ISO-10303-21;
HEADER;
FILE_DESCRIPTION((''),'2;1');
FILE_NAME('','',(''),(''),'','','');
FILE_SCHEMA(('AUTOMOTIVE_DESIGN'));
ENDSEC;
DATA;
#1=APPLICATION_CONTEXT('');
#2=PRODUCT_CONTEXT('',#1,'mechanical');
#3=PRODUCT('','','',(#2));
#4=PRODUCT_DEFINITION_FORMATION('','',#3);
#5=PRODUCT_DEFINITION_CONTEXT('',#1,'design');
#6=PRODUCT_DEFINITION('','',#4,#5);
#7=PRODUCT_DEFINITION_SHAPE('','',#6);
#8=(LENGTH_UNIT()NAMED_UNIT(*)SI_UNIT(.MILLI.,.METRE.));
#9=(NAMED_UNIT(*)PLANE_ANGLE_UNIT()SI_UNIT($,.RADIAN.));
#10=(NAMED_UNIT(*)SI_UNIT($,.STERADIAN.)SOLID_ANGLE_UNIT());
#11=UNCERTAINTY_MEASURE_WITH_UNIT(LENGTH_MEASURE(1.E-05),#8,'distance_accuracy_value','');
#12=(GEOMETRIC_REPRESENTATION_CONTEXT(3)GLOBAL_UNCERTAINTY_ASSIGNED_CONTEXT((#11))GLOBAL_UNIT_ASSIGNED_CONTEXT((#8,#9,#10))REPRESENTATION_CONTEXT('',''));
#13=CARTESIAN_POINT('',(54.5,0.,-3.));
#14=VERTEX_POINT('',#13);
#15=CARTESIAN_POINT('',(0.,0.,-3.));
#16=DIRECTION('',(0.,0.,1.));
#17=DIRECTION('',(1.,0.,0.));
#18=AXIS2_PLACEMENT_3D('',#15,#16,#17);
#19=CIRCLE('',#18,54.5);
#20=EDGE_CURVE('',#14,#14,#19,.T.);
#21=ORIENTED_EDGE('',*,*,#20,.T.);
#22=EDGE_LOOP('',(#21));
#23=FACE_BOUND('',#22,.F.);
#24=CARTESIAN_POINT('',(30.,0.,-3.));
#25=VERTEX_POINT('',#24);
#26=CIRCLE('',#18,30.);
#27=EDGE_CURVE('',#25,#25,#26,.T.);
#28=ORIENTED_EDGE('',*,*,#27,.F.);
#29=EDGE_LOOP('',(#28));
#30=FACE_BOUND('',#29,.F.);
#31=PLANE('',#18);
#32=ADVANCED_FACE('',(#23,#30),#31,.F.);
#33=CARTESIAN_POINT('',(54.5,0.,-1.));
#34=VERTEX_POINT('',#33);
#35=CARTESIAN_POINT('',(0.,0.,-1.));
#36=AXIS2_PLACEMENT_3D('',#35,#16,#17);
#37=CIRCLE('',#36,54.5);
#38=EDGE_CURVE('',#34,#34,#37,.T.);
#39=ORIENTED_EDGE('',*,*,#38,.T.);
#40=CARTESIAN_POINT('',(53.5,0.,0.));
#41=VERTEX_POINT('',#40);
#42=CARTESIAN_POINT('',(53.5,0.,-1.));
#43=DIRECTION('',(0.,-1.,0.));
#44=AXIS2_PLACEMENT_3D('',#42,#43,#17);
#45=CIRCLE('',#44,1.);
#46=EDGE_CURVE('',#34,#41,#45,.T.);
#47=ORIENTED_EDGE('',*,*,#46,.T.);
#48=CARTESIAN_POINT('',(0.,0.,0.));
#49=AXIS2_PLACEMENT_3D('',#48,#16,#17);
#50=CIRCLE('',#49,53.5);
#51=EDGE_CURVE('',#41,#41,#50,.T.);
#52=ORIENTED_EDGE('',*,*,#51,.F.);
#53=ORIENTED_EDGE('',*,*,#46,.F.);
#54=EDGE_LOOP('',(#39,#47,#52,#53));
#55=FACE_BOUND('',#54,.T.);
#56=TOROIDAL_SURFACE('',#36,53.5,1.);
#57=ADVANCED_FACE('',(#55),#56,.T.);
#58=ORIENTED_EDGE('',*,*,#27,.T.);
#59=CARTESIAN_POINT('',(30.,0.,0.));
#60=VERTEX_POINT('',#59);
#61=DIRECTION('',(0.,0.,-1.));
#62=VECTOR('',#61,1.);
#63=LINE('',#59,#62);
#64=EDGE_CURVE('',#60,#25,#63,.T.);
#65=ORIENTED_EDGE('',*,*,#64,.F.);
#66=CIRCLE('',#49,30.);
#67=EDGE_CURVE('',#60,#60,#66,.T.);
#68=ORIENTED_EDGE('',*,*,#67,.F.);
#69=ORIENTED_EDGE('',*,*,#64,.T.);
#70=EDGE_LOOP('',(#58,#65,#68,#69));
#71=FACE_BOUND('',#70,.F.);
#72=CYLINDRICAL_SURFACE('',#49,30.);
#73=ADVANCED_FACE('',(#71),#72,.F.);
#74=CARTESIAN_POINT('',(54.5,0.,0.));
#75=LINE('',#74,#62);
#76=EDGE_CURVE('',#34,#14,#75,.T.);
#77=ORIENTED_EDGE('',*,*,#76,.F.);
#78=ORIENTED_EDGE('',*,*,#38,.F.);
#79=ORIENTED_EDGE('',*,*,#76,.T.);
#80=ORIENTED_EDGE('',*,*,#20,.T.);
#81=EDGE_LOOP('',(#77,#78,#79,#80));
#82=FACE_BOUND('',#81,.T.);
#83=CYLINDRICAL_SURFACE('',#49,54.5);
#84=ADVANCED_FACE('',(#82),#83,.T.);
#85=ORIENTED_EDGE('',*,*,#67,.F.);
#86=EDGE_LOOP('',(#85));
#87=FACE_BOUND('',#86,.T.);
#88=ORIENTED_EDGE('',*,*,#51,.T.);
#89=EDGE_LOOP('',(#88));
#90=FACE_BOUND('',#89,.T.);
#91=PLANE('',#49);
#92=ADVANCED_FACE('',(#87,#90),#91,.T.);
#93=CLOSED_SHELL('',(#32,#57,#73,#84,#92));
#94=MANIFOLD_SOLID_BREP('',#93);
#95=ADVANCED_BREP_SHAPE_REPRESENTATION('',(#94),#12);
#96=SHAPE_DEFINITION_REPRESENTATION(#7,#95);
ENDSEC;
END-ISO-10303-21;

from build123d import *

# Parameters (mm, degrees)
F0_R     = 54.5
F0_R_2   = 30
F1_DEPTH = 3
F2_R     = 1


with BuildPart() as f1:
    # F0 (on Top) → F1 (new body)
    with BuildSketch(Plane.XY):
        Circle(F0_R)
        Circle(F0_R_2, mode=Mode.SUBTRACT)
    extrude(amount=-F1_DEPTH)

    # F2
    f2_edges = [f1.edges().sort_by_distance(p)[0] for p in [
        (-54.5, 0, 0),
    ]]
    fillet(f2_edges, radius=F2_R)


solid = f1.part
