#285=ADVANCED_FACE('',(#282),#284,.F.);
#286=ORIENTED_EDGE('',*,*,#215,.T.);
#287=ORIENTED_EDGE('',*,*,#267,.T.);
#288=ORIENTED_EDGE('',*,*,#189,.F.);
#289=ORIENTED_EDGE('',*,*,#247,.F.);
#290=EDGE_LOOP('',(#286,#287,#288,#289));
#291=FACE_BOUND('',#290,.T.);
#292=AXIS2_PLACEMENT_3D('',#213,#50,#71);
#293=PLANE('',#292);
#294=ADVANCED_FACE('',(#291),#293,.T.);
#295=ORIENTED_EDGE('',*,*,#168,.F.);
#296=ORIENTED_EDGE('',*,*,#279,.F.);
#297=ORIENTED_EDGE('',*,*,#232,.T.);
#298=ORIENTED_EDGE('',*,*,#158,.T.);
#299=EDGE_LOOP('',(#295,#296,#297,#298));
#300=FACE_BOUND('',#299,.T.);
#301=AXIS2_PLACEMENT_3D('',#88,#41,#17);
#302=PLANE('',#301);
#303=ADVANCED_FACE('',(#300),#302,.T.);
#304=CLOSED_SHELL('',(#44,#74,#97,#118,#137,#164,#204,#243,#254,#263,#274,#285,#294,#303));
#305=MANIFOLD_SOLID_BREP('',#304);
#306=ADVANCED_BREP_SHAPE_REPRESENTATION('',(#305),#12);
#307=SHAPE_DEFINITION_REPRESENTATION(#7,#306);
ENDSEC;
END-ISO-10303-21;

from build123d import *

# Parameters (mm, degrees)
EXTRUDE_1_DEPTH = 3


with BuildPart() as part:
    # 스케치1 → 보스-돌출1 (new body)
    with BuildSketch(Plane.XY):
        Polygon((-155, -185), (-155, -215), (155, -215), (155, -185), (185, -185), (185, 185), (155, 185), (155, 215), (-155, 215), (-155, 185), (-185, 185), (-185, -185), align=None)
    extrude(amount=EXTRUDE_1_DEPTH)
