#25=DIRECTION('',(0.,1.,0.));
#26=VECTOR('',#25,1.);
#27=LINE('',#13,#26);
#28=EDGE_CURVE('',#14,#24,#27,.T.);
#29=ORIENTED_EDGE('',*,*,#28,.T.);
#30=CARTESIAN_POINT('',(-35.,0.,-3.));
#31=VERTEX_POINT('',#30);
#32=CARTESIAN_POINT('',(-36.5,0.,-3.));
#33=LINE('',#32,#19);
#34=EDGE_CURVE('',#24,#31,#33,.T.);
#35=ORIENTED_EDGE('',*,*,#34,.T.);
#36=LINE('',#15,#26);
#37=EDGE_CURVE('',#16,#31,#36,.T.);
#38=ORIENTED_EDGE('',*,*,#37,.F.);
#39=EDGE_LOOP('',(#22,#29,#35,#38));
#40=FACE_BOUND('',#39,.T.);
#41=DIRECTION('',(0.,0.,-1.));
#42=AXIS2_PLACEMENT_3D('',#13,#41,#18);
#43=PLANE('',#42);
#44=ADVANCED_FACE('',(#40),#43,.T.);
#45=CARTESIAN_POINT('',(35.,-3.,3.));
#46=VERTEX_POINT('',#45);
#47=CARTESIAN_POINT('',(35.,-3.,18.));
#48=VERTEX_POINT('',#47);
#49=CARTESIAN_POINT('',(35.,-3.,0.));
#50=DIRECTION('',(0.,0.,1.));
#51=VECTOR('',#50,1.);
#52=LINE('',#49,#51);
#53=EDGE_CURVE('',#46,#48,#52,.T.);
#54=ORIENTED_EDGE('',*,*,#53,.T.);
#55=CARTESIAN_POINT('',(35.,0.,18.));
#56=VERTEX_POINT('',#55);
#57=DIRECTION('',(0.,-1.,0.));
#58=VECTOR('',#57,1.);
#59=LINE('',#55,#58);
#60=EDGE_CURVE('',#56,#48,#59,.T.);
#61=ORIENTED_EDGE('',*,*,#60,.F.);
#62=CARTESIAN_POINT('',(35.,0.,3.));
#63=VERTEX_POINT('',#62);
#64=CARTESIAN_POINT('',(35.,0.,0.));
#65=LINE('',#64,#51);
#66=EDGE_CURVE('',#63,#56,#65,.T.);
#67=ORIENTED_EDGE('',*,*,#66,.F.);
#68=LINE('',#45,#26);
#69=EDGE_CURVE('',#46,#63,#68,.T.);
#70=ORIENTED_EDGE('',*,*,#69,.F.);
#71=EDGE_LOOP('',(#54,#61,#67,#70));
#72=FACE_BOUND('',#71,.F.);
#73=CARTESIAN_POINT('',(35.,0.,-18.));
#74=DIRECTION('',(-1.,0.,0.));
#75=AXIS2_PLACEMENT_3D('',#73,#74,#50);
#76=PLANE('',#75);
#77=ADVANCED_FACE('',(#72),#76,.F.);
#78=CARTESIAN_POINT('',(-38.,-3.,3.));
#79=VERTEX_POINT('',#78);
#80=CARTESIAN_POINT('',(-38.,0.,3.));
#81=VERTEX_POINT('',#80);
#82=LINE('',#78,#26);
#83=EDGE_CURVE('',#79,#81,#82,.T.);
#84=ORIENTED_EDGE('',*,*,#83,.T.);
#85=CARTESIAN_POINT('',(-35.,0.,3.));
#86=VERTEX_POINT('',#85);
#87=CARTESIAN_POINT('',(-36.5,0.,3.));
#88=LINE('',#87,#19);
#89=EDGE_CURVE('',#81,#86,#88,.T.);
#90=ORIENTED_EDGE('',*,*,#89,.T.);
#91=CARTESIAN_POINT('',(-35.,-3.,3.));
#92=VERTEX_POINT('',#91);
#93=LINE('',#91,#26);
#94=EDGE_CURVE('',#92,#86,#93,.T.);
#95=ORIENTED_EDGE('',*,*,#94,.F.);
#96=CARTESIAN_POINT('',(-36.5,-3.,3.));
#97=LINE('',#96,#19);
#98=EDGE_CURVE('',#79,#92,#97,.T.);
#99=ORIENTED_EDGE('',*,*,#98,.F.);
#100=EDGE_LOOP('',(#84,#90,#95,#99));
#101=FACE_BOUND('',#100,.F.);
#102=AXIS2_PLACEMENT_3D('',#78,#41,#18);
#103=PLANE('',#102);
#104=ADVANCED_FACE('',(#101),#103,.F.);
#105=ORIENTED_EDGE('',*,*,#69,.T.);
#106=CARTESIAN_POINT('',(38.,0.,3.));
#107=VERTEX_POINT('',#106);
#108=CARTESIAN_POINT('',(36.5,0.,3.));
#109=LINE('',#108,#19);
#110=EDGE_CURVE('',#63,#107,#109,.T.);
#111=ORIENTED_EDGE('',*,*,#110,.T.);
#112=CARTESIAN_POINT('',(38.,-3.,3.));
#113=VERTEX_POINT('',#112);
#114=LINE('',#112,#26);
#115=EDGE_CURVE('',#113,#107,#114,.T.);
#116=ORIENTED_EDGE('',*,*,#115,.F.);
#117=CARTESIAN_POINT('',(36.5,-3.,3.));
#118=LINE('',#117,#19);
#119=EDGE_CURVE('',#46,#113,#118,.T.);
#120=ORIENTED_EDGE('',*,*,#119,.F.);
........
**What is required:** Quote the listing word for word from its first line through the line in which "#9=(NAMED_UNIT(*)PLANE_ANGLE_UNIT()SI_UNIT($,.RADIAN.));" appears.

**Task response:**
ISO-10303-21;
HEADER;
FILE_DESCRIPTION((''),'2;1');
FILE_NAME('','',(''),(''),'','','');
FILE_SCHEMA(('AUTOMOTIVE_DESIGN'));
ENDSEC;
DATA;
#1=APPLICATION_CONTEXT('');
#2=PRODUCT_CONTEXT('',#1,'mechanical');
#3=PRODUCT('','','',(#2));
#4=PRODUCT_DEFINITION_FORMATION('','',#3);
#5=PRODUCT_DEFINITION_CONTEXT('',#1,'design');
#6=PRODUCT_DEFINITION('','',#4,#5);
#7=PRODUCT_DEFINITION_SHAPE('','',#6);
#8=(LENGTH_UNIT()NAMED_UNIT(*)SI_UNIT(.MILLI.,.METRE.));
#9=(NAMED_UNIT(*)PLANE_ANGLE_UNIT()SI_UNIT($,.RADIAN.));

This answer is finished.